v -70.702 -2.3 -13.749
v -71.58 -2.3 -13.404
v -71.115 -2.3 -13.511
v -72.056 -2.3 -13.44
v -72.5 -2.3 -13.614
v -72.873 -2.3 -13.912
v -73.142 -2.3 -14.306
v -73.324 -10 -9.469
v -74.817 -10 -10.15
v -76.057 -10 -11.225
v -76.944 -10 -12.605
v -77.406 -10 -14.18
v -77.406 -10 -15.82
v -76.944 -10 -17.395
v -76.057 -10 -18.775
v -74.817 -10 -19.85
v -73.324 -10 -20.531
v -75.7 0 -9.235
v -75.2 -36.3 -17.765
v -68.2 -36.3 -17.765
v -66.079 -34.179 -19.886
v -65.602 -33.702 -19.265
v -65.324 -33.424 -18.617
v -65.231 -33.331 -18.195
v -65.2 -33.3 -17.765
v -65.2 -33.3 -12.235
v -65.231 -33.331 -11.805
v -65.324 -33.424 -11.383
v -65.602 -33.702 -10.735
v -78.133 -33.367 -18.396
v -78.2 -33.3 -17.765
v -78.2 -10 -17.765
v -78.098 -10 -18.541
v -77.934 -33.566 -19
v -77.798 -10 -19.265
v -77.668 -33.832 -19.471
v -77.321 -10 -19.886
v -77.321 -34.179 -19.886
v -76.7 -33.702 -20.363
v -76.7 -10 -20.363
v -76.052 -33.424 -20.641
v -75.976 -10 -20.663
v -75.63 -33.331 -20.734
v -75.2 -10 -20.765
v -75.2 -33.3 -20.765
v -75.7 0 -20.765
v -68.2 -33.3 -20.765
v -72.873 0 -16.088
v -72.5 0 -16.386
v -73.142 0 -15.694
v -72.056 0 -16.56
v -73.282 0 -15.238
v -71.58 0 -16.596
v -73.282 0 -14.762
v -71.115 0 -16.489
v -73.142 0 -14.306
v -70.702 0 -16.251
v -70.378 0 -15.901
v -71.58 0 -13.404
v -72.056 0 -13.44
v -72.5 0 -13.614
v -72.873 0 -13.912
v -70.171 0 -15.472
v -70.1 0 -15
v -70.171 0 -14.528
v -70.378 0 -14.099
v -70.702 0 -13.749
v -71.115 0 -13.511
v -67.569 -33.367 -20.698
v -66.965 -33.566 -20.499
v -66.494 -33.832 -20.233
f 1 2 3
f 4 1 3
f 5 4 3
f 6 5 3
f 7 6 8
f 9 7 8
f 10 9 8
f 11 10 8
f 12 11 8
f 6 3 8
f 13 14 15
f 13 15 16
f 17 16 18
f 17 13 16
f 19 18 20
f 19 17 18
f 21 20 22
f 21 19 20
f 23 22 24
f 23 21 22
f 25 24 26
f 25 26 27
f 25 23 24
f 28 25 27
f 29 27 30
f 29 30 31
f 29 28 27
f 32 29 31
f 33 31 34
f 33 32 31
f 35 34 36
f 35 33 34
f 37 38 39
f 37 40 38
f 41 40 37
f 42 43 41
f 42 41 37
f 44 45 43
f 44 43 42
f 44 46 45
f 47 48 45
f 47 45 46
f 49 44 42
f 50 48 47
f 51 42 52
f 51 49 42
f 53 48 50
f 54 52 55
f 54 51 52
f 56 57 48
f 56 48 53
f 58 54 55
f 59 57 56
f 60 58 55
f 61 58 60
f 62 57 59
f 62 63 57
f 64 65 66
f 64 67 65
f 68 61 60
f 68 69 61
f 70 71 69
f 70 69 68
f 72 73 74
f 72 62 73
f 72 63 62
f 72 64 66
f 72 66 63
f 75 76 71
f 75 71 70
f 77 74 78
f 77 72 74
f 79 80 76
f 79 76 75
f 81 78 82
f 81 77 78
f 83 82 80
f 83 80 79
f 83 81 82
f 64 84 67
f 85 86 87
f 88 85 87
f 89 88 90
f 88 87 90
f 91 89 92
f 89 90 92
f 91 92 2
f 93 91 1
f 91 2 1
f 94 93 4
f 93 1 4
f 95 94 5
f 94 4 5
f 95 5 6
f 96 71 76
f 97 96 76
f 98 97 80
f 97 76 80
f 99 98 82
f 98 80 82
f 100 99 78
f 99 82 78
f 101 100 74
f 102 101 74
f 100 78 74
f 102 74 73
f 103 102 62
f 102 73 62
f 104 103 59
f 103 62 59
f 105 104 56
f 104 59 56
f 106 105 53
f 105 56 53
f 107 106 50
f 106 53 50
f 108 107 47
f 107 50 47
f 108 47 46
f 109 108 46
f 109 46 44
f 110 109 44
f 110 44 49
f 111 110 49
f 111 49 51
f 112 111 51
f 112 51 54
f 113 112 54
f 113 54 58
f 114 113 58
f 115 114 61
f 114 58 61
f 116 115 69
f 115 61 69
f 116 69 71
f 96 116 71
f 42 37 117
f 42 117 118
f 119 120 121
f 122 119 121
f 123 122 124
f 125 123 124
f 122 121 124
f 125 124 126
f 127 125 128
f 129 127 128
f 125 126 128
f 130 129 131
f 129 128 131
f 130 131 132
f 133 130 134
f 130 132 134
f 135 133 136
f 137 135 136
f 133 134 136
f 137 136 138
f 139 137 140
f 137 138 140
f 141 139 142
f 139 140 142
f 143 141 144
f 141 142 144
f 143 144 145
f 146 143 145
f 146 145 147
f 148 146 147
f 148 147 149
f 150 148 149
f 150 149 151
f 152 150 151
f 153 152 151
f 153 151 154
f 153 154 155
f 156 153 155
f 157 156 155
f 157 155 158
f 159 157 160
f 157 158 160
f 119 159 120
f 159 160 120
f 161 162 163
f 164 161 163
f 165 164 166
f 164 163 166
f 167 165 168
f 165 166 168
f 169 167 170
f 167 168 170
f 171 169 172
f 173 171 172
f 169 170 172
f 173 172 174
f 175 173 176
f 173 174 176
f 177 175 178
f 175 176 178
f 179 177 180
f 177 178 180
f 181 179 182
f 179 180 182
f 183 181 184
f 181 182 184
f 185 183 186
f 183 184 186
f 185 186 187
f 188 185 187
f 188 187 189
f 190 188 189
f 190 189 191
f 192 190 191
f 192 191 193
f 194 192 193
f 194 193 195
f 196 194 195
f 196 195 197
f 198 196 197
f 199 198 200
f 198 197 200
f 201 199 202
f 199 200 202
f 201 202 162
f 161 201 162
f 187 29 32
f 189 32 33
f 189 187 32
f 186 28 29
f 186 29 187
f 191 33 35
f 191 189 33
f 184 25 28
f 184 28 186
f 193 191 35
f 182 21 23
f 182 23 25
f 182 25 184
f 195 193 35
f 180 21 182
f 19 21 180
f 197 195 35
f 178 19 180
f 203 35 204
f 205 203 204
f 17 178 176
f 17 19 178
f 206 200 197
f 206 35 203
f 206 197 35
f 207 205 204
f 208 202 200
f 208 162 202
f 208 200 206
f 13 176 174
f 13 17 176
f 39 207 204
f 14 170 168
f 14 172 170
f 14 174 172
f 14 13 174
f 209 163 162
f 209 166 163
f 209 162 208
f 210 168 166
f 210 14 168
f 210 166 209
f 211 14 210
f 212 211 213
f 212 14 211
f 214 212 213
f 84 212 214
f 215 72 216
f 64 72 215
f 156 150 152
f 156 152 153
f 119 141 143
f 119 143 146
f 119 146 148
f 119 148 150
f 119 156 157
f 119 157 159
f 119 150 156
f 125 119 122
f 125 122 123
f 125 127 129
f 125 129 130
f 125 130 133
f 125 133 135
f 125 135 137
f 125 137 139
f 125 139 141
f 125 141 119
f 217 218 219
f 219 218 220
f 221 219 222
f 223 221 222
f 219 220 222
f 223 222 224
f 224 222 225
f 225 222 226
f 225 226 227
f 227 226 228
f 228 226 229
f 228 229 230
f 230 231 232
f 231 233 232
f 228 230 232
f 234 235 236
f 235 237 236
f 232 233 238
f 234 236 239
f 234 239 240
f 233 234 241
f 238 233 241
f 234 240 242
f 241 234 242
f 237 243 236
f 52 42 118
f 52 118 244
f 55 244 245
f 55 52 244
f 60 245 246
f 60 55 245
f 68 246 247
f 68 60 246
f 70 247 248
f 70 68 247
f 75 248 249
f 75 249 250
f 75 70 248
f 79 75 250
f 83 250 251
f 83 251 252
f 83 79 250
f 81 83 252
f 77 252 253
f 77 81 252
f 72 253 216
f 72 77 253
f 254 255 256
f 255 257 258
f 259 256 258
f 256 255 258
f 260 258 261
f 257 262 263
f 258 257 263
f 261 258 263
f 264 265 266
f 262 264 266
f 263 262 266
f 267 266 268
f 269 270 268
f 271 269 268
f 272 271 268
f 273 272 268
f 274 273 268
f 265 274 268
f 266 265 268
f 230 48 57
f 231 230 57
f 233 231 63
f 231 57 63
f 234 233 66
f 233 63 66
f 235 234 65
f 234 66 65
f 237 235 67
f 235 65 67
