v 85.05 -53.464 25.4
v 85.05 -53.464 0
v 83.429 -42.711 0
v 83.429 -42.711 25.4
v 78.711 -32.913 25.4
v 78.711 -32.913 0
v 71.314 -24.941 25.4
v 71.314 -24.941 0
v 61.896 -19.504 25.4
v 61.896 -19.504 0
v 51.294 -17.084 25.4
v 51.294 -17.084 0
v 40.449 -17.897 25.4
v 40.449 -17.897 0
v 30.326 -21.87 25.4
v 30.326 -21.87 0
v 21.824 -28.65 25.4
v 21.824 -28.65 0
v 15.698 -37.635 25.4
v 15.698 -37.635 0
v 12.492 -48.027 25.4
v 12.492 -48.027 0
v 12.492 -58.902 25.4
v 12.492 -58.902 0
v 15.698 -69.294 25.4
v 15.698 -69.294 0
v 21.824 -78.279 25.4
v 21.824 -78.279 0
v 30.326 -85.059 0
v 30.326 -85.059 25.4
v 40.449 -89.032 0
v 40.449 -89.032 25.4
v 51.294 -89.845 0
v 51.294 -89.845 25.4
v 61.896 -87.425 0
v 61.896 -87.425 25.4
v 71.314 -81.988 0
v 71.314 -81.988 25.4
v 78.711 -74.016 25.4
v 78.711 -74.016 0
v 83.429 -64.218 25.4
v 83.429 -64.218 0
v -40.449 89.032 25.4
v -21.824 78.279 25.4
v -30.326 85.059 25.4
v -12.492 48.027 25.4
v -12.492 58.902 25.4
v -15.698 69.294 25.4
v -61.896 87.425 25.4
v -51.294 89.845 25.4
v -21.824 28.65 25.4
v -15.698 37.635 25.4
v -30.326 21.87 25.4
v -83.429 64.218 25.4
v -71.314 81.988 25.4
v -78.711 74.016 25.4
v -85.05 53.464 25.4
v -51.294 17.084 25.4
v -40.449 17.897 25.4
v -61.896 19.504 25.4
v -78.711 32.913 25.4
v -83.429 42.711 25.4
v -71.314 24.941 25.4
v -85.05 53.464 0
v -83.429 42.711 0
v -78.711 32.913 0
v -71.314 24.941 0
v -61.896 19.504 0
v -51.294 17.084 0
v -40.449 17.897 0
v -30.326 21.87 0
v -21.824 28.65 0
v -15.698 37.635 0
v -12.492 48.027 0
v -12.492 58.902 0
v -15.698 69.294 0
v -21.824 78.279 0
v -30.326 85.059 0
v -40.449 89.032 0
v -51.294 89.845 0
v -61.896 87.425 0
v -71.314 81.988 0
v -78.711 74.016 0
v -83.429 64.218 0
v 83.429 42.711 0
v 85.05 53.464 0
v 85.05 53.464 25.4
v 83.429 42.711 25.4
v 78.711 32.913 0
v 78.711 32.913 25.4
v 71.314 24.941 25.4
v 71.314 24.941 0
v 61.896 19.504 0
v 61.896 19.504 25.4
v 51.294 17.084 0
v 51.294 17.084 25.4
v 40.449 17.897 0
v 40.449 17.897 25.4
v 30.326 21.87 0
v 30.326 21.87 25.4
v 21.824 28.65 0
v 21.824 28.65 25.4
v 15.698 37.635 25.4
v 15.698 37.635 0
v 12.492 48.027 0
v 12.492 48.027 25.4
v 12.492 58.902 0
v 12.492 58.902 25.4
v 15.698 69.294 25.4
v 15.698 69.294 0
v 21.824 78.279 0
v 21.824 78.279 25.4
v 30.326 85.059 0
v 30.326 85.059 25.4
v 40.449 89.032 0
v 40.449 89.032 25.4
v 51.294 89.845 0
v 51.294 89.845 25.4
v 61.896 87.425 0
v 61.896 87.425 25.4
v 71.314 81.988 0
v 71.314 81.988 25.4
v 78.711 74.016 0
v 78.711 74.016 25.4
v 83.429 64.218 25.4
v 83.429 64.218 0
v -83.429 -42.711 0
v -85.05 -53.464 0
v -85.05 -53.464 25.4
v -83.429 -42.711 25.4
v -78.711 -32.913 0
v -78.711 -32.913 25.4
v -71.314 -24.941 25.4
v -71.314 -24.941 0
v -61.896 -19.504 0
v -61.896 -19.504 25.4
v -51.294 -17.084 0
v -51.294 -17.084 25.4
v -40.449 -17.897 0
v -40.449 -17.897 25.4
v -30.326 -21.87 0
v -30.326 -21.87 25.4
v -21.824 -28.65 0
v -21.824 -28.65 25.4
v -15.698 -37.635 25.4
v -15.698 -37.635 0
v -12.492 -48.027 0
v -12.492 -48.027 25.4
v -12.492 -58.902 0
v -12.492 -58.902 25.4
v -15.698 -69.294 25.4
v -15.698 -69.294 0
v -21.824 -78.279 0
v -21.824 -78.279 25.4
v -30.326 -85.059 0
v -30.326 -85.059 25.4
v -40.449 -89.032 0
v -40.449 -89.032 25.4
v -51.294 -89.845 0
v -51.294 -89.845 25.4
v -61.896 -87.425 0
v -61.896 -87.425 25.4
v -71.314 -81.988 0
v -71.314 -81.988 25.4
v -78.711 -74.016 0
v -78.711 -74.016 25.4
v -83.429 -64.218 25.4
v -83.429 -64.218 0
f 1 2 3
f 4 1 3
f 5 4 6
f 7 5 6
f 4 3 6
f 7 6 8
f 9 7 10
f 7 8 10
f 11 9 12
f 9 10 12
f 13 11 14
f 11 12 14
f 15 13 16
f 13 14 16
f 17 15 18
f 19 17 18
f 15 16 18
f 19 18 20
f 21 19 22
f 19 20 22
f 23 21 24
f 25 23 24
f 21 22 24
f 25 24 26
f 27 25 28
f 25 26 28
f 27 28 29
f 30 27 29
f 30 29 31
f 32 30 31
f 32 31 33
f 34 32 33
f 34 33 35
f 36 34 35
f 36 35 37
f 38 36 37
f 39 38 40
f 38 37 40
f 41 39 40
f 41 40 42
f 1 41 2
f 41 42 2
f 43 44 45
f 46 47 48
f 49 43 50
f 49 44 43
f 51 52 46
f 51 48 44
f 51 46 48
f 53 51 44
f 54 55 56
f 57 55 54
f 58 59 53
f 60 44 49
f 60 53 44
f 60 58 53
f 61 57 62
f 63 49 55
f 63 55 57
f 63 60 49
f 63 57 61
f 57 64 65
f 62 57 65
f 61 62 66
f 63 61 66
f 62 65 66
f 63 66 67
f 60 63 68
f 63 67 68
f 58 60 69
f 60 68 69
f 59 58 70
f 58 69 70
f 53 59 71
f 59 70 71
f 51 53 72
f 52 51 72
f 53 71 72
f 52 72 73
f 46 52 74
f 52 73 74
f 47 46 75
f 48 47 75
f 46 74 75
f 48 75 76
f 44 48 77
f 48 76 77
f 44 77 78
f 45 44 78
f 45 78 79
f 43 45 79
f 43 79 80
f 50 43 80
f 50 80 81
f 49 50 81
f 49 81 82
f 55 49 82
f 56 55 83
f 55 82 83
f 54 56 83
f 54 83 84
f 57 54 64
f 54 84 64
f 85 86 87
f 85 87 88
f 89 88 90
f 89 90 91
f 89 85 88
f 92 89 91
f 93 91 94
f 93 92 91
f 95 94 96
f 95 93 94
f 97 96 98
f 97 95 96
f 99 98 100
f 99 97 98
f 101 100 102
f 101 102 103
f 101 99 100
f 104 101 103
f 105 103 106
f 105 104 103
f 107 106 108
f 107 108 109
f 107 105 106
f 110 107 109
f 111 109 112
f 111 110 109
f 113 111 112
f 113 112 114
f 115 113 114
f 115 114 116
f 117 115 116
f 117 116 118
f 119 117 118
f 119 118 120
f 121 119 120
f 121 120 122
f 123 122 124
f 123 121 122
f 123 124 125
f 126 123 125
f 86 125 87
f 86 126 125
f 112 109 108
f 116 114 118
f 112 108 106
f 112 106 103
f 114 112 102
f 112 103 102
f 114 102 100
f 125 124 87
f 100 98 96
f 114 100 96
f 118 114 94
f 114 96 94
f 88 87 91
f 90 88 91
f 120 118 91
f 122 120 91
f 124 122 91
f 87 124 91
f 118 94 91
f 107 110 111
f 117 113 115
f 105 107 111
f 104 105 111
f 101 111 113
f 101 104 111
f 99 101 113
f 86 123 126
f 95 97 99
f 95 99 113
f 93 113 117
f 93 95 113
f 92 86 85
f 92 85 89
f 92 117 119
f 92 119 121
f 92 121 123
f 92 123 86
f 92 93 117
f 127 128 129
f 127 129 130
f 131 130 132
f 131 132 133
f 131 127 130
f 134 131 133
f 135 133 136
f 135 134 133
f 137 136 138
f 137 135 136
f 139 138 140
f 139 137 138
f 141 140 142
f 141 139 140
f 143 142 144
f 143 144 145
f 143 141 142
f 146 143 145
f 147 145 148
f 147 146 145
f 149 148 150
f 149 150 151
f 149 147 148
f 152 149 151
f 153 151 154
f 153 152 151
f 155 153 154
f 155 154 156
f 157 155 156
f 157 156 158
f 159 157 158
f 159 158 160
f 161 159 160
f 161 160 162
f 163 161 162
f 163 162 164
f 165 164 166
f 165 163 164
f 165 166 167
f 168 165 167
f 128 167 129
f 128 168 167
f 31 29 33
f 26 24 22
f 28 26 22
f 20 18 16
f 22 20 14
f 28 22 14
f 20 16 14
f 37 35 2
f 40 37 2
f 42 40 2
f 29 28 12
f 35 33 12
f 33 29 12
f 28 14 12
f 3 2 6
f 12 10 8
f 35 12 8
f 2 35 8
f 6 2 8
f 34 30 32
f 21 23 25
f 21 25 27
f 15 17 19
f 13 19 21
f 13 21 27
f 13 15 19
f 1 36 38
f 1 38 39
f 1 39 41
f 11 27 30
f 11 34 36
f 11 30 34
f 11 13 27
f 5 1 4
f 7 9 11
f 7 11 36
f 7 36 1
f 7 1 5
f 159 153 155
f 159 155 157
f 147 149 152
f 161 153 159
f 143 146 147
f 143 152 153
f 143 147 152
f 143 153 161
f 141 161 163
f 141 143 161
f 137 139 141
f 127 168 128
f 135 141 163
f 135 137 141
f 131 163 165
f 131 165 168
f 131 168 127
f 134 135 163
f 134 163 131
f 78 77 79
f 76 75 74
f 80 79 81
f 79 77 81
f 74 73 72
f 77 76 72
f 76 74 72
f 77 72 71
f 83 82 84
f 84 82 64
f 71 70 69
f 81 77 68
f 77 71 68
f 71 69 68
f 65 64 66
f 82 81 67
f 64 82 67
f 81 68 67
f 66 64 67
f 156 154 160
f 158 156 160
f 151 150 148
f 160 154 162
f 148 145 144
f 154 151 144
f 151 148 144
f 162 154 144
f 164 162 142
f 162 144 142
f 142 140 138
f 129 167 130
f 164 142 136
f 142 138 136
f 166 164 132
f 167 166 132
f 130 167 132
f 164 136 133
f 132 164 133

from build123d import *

# Parameters (mm, degrees)
F0_R     = 36.482578
F1_DEPTH = 25.4


with BuildPart() as f1:
    # F0 (on Top) → F1 (new body)
    with BuildSketch(Plane.XY):
        with Locations((48.56728, -53.464413)):
            Circle(F0_R)
    extrude(amount=F1_DEPTH)


with BuildPart() as f2_1:
    # F2: instance of F1
    add(f1.part.mirror(Plane.YZ))


with BuildPart() as f3_1:
    # F3: instance of F1
    add(f1.part.mirror(Plane.XZ))


with BuildPart() as f3_2:
    # F3: instance of F2_1
    add(f2_1.part.mirror(Plane.XZ))


solid = Compound([f1.part, f2_1.part, f3_1.part, f3_2.part])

○ ○ ○ ○

What is expected :: The answer is the lines above between the line holding "f 119 117 118" and the line holding "f 92 117 119", inclusive, each written out exactly, and no others.

Solution below ::
f 119 117 118
f 119 118 120
f 121 119 120
f 121 120 122
f 123 122 124
f 123 121 122
f 123 124 125
f 126 123 125
f 86 125 87
f 86 126 125
f 112 109 108
f 116 114 118
f 112 108 106
f 112 106 103
f 114 112 102
f 112 103 102
f 114 102 100
f 125 124 87
f 100 98 96
f 114 100 96
f 118 114 94
f 114 96 94
f 88 87 91
f 90 88 91
f 120 118 91
f 122 120 91
f 124 122 91
f 87 124 91
f 118 94 91
f 107 110 111
f 117 113 115
f 105 107 111
f 104 105 111
f 101 111 113
f 101 104 111
f 99 101 113
f 86 123 126
f 95 97 99
f 95 99 113
f 93 113 117
f 93 95 113
f 92 86 85
f 92 85 89
f 92 117 119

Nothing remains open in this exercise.